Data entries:

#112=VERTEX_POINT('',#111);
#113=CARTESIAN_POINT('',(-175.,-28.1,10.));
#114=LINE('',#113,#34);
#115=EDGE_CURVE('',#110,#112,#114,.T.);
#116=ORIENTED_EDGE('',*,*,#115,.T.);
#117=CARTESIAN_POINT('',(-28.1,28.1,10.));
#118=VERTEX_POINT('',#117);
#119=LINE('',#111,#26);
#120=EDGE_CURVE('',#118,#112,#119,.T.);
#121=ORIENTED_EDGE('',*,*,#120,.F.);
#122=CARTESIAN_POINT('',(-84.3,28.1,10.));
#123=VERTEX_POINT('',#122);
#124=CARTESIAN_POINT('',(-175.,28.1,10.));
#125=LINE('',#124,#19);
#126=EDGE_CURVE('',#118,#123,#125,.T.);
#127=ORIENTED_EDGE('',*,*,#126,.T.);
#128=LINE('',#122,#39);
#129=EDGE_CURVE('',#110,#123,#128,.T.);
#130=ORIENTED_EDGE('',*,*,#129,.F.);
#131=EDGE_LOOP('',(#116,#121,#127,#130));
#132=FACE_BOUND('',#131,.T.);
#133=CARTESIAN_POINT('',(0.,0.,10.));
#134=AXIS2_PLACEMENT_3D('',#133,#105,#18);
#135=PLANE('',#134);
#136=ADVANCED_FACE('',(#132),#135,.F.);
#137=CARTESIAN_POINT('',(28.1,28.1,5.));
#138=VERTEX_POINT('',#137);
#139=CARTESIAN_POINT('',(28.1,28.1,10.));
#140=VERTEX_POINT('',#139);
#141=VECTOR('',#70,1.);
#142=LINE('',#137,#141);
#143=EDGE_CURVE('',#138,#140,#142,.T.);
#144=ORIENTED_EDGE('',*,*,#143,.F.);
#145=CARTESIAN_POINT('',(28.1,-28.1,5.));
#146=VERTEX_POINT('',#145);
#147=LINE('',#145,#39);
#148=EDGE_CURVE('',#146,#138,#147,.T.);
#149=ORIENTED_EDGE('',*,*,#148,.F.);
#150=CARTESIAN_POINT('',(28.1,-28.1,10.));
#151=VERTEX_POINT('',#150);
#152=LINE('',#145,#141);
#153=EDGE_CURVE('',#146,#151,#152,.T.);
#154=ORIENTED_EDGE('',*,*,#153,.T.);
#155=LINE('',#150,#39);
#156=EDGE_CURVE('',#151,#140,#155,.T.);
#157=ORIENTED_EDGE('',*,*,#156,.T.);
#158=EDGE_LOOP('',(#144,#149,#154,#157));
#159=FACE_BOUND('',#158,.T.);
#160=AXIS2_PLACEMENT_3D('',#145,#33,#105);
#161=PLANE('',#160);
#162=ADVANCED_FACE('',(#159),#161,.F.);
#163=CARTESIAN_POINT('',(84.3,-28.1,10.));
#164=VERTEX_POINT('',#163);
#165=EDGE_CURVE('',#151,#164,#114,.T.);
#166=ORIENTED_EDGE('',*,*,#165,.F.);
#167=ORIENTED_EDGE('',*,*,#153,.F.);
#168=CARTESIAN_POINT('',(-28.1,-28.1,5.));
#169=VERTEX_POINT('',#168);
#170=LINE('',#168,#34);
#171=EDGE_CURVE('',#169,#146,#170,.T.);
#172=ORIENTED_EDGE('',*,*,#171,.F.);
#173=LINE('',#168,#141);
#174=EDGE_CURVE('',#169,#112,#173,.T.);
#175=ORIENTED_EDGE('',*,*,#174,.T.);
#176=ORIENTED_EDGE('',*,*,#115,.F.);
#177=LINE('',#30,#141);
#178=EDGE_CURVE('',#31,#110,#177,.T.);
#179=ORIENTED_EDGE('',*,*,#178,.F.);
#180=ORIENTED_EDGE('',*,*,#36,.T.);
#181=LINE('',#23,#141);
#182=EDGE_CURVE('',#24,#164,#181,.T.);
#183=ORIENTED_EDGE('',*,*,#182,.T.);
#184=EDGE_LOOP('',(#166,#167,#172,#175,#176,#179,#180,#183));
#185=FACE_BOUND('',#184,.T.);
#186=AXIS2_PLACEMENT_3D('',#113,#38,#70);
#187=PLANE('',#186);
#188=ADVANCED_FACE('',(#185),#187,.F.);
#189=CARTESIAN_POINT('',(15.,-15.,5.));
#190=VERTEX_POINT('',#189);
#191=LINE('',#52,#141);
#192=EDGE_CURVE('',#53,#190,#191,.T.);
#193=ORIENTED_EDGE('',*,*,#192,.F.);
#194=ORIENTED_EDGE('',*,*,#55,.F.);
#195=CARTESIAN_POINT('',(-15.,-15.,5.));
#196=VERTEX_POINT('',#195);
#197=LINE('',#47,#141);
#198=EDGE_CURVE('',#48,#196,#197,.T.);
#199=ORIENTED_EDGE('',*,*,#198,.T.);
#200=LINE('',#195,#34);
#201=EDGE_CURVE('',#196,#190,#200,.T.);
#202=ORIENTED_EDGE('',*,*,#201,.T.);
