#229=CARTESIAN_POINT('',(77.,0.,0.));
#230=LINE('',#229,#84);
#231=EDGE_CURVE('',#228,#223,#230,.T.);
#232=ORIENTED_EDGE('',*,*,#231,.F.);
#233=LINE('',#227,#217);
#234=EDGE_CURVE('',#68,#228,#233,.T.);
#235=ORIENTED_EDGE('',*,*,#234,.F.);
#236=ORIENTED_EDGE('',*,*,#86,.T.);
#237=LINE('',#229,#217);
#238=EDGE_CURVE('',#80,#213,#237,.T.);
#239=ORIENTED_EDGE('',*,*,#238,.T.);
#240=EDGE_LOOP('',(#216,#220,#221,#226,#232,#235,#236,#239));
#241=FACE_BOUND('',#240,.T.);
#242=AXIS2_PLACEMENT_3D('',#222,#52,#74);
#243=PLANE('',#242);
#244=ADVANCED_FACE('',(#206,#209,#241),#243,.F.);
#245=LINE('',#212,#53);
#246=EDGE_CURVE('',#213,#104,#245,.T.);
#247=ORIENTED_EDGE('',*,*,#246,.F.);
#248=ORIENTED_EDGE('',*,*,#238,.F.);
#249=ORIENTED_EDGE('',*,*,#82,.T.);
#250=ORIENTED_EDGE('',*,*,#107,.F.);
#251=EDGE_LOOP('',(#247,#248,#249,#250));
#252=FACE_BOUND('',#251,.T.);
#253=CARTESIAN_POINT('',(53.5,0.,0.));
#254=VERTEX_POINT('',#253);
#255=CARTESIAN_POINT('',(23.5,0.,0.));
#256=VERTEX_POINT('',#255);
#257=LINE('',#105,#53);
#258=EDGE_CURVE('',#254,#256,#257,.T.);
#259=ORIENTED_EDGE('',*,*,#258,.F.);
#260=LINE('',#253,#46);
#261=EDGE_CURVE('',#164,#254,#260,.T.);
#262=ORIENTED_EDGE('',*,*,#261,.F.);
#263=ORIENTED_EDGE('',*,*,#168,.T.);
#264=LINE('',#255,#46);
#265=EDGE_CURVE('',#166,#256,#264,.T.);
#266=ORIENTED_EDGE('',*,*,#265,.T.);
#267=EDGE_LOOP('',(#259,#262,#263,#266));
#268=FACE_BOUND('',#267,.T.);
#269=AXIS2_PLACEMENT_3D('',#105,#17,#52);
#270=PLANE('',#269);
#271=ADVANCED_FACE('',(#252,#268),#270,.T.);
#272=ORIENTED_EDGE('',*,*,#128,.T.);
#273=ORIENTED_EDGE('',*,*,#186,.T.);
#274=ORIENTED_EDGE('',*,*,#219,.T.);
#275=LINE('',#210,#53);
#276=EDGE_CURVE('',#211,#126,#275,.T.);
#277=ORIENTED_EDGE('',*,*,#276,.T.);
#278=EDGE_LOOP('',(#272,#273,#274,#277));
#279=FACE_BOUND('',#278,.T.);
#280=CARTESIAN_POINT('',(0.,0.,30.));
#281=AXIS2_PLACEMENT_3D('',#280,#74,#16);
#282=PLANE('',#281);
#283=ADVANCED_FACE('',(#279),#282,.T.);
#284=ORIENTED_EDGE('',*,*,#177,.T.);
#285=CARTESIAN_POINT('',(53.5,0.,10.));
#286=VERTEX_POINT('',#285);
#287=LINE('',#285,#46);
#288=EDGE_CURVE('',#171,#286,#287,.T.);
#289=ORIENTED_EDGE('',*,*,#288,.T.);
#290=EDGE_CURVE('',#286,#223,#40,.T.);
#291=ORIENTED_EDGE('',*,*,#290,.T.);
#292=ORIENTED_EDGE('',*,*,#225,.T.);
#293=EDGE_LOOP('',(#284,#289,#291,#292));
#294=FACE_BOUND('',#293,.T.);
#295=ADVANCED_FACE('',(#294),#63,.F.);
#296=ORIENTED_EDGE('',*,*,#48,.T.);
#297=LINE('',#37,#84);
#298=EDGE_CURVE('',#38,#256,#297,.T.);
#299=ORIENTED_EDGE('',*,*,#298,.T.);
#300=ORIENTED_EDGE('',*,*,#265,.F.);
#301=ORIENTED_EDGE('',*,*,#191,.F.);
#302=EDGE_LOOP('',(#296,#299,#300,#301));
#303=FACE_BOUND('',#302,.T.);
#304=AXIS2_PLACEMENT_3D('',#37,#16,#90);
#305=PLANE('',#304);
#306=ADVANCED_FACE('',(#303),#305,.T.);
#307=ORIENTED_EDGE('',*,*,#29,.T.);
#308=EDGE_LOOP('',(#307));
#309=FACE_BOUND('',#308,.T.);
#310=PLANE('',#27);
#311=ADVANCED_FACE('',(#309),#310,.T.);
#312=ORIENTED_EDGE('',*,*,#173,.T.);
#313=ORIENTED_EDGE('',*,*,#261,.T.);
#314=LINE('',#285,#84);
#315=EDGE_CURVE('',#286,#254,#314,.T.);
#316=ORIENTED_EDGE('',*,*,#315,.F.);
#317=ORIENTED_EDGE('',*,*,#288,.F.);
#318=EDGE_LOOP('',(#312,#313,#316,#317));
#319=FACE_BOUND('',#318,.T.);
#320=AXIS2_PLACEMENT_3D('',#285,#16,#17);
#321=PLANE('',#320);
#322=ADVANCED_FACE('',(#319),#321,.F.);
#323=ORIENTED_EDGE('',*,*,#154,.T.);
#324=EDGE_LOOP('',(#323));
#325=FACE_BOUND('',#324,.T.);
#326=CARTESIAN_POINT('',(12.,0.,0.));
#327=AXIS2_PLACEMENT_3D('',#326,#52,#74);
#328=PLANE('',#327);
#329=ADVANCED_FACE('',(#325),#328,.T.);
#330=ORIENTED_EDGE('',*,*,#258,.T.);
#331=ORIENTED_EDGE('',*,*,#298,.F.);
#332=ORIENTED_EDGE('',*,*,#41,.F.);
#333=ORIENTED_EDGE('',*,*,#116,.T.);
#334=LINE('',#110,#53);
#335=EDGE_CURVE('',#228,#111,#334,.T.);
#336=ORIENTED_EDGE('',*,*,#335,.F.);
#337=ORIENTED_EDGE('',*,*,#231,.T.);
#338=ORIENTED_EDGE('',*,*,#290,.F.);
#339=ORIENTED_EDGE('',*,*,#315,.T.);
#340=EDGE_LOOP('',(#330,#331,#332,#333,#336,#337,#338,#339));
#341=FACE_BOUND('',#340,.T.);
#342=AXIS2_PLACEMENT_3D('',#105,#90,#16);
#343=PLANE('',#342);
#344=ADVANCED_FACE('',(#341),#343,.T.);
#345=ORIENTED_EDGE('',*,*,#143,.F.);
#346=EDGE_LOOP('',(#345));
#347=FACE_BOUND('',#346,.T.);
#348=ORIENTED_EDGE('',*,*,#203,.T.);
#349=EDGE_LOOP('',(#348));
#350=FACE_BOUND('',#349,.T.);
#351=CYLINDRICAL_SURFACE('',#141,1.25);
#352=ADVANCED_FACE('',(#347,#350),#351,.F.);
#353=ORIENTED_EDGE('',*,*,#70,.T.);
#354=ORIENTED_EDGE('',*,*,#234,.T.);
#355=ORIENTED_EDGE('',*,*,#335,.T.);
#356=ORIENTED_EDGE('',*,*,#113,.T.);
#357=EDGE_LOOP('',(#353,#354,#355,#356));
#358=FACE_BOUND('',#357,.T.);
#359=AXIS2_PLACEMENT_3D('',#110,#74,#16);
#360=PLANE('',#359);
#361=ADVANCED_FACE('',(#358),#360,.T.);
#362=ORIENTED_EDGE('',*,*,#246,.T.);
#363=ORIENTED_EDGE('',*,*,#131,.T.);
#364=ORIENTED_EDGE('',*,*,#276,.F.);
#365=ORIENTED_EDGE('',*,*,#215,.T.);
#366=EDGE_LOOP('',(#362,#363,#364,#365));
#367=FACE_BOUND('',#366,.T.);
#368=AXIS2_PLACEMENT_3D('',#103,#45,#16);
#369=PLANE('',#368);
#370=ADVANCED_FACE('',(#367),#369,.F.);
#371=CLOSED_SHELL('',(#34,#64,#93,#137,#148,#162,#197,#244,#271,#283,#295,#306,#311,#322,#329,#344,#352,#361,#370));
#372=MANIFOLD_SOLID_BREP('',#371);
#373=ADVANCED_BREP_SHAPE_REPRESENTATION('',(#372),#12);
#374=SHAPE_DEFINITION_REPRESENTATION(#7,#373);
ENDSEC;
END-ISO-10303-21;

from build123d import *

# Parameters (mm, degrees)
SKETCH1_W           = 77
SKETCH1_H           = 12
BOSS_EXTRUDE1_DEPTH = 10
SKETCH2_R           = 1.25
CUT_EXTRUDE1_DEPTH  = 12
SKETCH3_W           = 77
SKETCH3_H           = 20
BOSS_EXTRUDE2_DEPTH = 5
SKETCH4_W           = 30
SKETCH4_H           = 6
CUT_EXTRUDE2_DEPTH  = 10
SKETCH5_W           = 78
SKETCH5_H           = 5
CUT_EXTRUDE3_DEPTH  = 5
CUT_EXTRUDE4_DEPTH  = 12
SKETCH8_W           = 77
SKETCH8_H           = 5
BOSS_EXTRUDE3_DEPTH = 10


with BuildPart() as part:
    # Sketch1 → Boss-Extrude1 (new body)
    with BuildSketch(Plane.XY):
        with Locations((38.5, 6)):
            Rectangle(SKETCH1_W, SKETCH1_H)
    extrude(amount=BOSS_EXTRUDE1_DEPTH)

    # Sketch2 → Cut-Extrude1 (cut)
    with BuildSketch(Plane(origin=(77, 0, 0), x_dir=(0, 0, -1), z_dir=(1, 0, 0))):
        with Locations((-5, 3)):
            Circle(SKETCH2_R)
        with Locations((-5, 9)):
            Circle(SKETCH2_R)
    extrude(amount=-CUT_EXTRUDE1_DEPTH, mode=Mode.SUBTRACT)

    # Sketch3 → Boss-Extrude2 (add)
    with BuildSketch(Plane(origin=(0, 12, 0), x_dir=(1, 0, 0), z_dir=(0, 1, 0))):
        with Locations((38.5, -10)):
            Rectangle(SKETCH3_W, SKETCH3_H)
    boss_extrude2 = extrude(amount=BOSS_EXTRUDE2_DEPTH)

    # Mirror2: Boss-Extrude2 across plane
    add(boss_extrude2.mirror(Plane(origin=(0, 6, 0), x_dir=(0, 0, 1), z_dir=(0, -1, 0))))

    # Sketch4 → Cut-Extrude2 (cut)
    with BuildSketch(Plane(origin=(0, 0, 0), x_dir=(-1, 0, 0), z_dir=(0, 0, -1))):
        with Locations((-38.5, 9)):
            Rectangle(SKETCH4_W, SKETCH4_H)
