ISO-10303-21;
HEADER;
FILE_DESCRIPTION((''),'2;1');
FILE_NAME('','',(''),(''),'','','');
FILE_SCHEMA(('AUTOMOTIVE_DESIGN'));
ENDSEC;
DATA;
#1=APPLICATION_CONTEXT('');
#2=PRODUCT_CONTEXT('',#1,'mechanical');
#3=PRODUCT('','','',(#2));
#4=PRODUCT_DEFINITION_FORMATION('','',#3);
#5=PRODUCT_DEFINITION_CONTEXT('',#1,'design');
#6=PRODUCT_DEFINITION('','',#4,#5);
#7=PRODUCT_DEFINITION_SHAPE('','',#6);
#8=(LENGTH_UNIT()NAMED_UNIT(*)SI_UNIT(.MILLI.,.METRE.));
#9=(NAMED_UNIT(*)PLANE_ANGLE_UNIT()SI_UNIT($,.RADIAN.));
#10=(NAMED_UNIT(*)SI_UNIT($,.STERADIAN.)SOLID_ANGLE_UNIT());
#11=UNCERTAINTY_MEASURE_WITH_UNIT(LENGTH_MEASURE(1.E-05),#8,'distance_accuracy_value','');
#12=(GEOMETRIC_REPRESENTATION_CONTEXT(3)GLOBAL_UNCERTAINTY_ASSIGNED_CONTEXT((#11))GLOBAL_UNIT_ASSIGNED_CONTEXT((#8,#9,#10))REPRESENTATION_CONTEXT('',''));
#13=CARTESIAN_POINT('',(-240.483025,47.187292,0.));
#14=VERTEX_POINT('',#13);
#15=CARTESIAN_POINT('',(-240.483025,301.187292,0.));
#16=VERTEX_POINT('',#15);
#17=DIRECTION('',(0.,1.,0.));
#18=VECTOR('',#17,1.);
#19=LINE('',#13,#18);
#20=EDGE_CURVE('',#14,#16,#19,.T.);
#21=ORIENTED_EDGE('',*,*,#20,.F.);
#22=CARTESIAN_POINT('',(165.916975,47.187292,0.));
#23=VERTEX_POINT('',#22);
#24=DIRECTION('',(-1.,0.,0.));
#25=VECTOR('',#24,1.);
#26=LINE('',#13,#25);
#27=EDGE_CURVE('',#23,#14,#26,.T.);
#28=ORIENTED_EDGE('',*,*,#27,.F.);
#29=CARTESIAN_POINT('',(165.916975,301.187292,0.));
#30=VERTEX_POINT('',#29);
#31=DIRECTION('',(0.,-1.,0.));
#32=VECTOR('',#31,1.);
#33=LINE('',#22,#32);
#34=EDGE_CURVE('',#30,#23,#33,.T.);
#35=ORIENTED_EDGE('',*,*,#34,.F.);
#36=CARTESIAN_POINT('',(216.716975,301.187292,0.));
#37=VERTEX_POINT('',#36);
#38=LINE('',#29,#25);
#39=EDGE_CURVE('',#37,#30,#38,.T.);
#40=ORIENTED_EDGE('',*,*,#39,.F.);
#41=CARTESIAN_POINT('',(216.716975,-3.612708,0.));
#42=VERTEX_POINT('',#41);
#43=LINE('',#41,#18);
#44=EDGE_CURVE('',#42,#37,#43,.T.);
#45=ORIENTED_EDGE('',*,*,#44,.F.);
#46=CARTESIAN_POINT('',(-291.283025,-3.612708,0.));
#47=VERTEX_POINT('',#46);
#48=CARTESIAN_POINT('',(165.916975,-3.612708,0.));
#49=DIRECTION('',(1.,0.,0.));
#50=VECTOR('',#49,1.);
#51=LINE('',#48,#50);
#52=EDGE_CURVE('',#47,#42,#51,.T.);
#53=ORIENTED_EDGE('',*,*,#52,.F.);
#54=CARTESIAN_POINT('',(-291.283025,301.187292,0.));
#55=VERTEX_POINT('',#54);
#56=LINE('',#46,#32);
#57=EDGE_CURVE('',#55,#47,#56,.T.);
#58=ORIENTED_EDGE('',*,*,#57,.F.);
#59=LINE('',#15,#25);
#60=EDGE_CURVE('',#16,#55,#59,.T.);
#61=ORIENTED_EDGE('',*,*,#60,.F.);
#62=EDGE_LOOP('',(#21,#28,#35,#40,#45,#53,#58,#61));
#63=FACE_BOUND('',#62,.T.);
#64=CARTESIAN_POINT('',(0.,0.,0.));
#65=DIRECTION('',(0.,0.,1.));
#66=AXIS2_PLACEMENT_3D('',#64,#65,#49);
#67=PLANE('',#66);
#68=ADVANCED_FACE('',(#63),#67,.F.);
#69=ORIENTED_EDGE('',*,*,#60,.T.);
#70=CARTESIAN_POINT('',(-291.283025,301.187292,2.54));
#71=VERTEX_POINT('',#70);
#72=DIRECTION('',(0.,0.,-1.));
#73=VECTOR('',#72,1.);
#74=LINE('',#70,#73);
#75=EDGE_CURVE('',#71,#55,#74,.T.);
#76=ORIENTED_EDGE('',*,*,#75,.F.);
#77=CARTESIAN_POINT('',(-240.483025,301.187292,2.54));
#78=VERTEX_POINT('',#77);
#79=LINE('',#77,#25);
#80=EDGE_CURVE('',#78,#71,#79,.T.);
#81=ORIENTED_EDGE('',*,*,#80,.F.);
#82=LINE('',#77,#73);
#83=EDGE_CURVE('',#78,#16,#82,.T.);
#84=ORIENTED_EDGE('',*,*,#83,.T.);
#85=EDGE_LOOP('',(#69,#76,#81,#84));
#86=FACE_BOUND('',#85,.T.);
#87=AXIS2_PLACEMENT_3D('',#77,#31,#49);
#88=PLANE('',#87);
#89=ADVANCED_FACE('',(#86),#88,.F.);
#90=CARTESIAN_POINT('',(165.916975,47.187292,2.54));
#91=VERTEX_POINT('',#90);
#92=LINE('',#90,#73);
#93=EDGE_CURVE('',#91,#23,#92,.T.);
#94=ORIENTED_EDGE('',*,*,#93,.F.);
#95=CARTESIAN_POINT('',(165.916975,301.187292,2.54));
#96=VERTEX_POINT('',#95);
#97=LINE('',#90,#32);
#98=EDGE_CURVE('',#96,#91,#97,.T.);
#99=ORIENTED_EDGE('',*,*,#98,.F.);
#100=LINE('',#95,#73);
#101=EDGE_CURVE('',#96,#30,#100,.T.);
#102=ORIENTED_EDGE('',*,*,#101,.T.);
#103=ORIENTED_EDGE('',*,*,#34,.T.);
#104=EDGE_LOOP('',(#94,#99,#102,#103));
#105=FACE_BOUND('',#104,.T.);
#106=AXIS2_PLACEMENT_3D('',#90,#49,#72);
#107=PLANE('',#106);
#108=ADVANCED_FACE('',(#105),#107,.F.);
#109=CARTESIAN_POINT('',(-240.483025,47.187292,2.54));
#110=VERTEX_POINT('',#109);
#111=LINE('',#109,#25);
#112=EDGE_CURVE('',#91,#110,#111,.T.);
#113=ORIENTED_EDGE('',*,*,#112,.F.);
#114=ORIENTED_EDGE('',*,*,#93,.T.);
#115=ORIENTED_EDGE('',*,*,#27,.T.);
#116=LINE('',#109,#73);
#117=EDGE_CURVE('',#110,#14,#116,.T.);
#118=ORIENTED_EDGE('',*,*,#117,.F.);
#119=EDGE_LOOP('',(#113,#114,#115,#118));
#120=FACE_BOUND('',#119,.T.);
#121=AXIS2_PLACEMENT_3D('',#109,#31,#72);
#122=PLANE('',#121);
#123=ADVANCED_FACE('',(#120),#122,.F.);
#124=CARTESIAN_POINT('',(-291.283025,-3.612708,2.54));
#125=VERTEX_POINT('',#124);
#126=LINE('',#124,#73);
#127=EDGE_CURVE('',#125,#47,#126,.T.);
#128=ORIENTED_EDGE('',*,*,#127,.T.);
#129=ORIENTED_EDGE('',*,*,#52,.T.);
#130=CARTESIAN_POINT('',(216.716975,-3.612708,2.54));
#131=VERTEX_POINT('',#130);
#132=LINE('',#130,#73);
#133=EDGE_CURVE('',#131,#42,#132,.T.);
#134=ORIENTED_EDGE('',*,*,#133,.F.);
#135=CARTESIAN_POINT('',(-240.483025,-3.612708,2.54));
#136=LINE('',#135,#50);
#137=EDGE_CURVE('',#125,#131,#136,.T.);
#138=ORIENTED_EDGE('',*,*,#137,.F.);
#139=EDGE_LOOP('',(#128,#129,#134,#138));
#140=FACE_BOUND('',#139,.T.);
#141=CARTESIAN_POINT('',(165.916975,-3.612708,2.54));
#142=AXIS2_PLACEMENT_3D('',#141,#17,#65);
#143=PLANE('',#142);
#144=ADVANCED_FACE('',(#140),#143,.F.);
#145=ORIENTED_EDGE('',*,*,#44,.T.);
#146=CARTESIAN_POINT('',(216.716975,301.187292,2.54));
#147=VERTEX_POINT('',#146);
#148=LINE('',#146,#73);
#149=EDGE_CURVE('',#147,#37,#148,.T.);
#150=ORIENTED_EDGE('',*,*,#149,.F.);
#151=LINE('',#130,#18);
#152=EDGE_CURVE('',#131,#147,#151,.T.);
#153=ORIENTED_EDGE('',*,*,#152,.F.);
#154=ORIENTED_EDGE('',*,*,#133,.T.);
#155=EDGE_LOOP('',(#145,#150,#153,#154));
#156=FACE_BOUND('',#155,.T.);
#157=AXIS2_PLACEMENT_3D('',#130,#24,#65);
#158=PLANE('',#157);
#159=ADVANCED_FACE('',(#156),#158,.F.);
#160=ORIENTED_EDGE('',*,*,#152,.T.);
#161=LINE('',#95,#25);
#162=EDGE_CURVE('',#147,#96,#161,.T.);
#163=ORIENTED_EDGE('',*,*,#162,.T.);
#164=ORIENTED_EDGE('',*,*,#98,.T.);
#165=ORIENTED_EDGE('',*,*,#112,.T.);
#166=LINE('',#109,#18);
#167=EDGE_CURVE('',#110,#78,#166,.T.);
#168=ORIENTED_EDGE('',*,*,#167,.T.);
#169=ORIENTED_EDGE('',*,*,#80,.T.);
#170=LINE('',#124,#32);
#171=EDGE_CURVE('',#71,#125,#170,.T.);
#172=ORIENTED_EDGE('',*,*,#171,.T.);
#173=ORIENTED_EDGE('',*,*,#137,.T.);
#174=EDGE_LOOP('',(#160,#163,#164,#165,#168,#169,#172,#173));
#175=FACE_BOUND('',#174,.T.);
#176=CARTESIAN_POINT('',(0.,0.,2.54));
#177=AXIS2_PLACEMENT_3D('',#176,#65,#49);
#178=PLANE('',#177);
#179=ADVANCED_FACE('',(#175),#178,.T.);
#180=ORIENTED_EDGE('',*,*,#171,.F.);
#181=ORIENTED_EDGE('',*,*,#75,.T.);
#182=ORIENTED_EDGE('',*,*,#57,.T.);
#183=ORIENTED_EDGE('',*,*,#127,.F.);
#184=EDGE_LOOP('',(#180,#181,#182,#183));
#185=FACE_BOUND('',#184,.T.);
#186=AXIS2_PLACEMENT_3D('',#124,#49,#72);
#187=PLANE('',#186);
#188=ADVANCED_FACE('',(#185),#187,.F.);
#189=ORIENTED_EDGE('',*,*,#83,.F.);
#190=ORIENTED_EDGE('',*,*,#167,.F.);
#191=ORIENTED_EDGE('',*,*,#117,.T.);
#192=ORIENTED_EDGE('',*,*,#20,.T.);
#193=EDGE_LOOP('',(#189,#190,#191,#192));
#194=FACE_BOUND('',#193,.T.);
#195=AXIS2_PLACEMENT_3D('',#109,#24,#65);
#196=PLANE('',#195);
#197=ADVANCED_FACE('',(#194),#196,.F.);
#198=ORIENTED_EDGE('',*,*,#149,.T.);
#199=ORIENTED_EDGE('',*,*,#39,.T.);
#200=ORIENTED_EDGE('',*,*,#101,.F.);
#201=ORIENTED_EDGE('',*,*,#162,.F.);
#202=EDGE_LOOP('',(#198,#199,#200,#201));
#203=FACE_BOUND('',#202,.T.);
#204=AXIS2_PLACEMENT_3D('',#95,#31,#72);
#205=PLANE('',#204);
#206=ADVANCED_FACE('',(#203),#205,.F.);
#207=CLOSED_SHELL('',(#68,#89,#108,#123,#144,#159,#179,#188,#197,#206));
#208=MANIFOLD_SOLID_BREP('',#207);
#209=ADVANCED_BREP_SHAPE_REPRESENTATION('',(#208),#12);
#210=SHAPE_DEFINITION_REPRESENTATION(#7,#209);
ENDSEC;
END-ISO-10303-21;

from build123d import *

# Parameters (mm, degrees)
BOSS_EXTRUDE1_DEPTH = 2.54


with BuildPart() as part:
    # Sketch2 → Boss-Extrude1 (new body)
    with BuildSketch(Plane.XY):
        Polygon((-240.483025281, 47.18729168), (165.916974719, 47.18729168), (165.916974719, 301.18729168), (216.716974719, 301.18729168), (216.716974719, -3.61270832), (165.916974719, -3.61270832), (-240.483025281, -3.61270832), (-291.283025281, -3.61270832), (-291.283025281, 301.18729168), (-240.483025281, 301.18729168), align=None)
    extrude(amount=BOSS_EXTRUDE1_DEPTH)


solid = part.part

→ Required action: Taking the entries above, print exactly the lines starting at the line with "#272=ORIENTED_EDGE('',*,*,#128,.T.);" and ending at the line with "#319=FACE_BOUND('',#318,.T.);", both included.

→ Result for this task:
#272=ORIENTED_EDGE('',*,*,#128,.T.);
#273=ORIENTED_EDGE('',*,*,#186,.T.);
#274=ORIENTED_EDGE('',*,*,#219,.T.);
#275=LINE('',#210,#53);
#276=EDGE_CURVE('',#211,#126,#275,.T.);
#277=ORIENTED_EDGE('',*,*,#276,.T.);
#278=EDGE_LOOP('',(#272,#273,#274,#277));
#279=FACE_BOUND('',#278,.T.);
#280=CARTESIAN_POINT('',(0.,0.,30.));
#281=AXIS2_PLACEMENT_3D('',#280,#74,#16);
#282=PLANE('',#281);
#283=ADVANCED_FACE('',(#279),#282,.T.);
#284=ORIENTED_EDGE('',*,*,#177,.T.);
#285=CARTESIAN_POINT('',(53.5,0.,10.));
#286=VERTEX_POINT('',#285);
#287=LINE('',#285,#46);
#288=EDGE_CURVE('',#171,#286,#287,.T.);
#289=ORIENTED_EDGE('',*,*,#288,.T.);
#290=EDGE_CURVE('',#286,#223,#40,.T.);
#291=ORIENTED_EDGE('',*,*,#290,.T.);
#292=ORIENTED_EDGE('',*,*,#225,.T.);
#293=EDGE_LOOP('',(#284,#289,#291,#292));
#294=FACE_BOUND('',#293,.T.);
#295=ADVANCED_FACE('',(#294),#63,.F.);
#296=ORIENTED_EDGE('',*,*,#48,.T.);
#297=LINE('',#37,#84);
#298=EDGE_CURVE('',#38,#256,#297,.T.);
#299=ORIENTED_EDGE('',*,*,#298,.T.);
#300=ORIENTED_EDGE('',*,*,#265,.F.);
#301=ORIENTED_EDGE('',*,*,#191,.F.);
#302=EDGE_LOOP('',(#296,#299,#300,#301));
#303=FACE_BOUND('',#302,.T.);
#304=AXIS2_PLACEMENT_3D('',#37,#16,#90);
#305=PLANE('',#304);
#306=ADVANCED_FACE('',(#303),#305,.T.);
#307=ORIENTED_EDGE('',*,*,#29,.T.);
#308=EDGE_LOOP('',(#307));
#309=FACE_BOUND('',#308,.T.);
#310=PLANE('',#27);
#311=ADVANCED_FACE('',(#309),#310,.T.);
#312=ORIENTED_EDGE('',*,*,#173,.T.);
#313=ORIENTED_EDGE('',*,*,#261,.T.);
#314=LINE('',#285,#84);
#315=EDGE_CURVE('',#286,#254,#314,.T.);
#316=ORIENTED_EDGE('',*,*,#315,.F.);
#317=ORIENTED_EDGE('',*,*,#288,.F.);
#318=EDGE_LOOP('',(#312,#313,#316,#317));
#319=FACE_BOUND('',#318,.T.);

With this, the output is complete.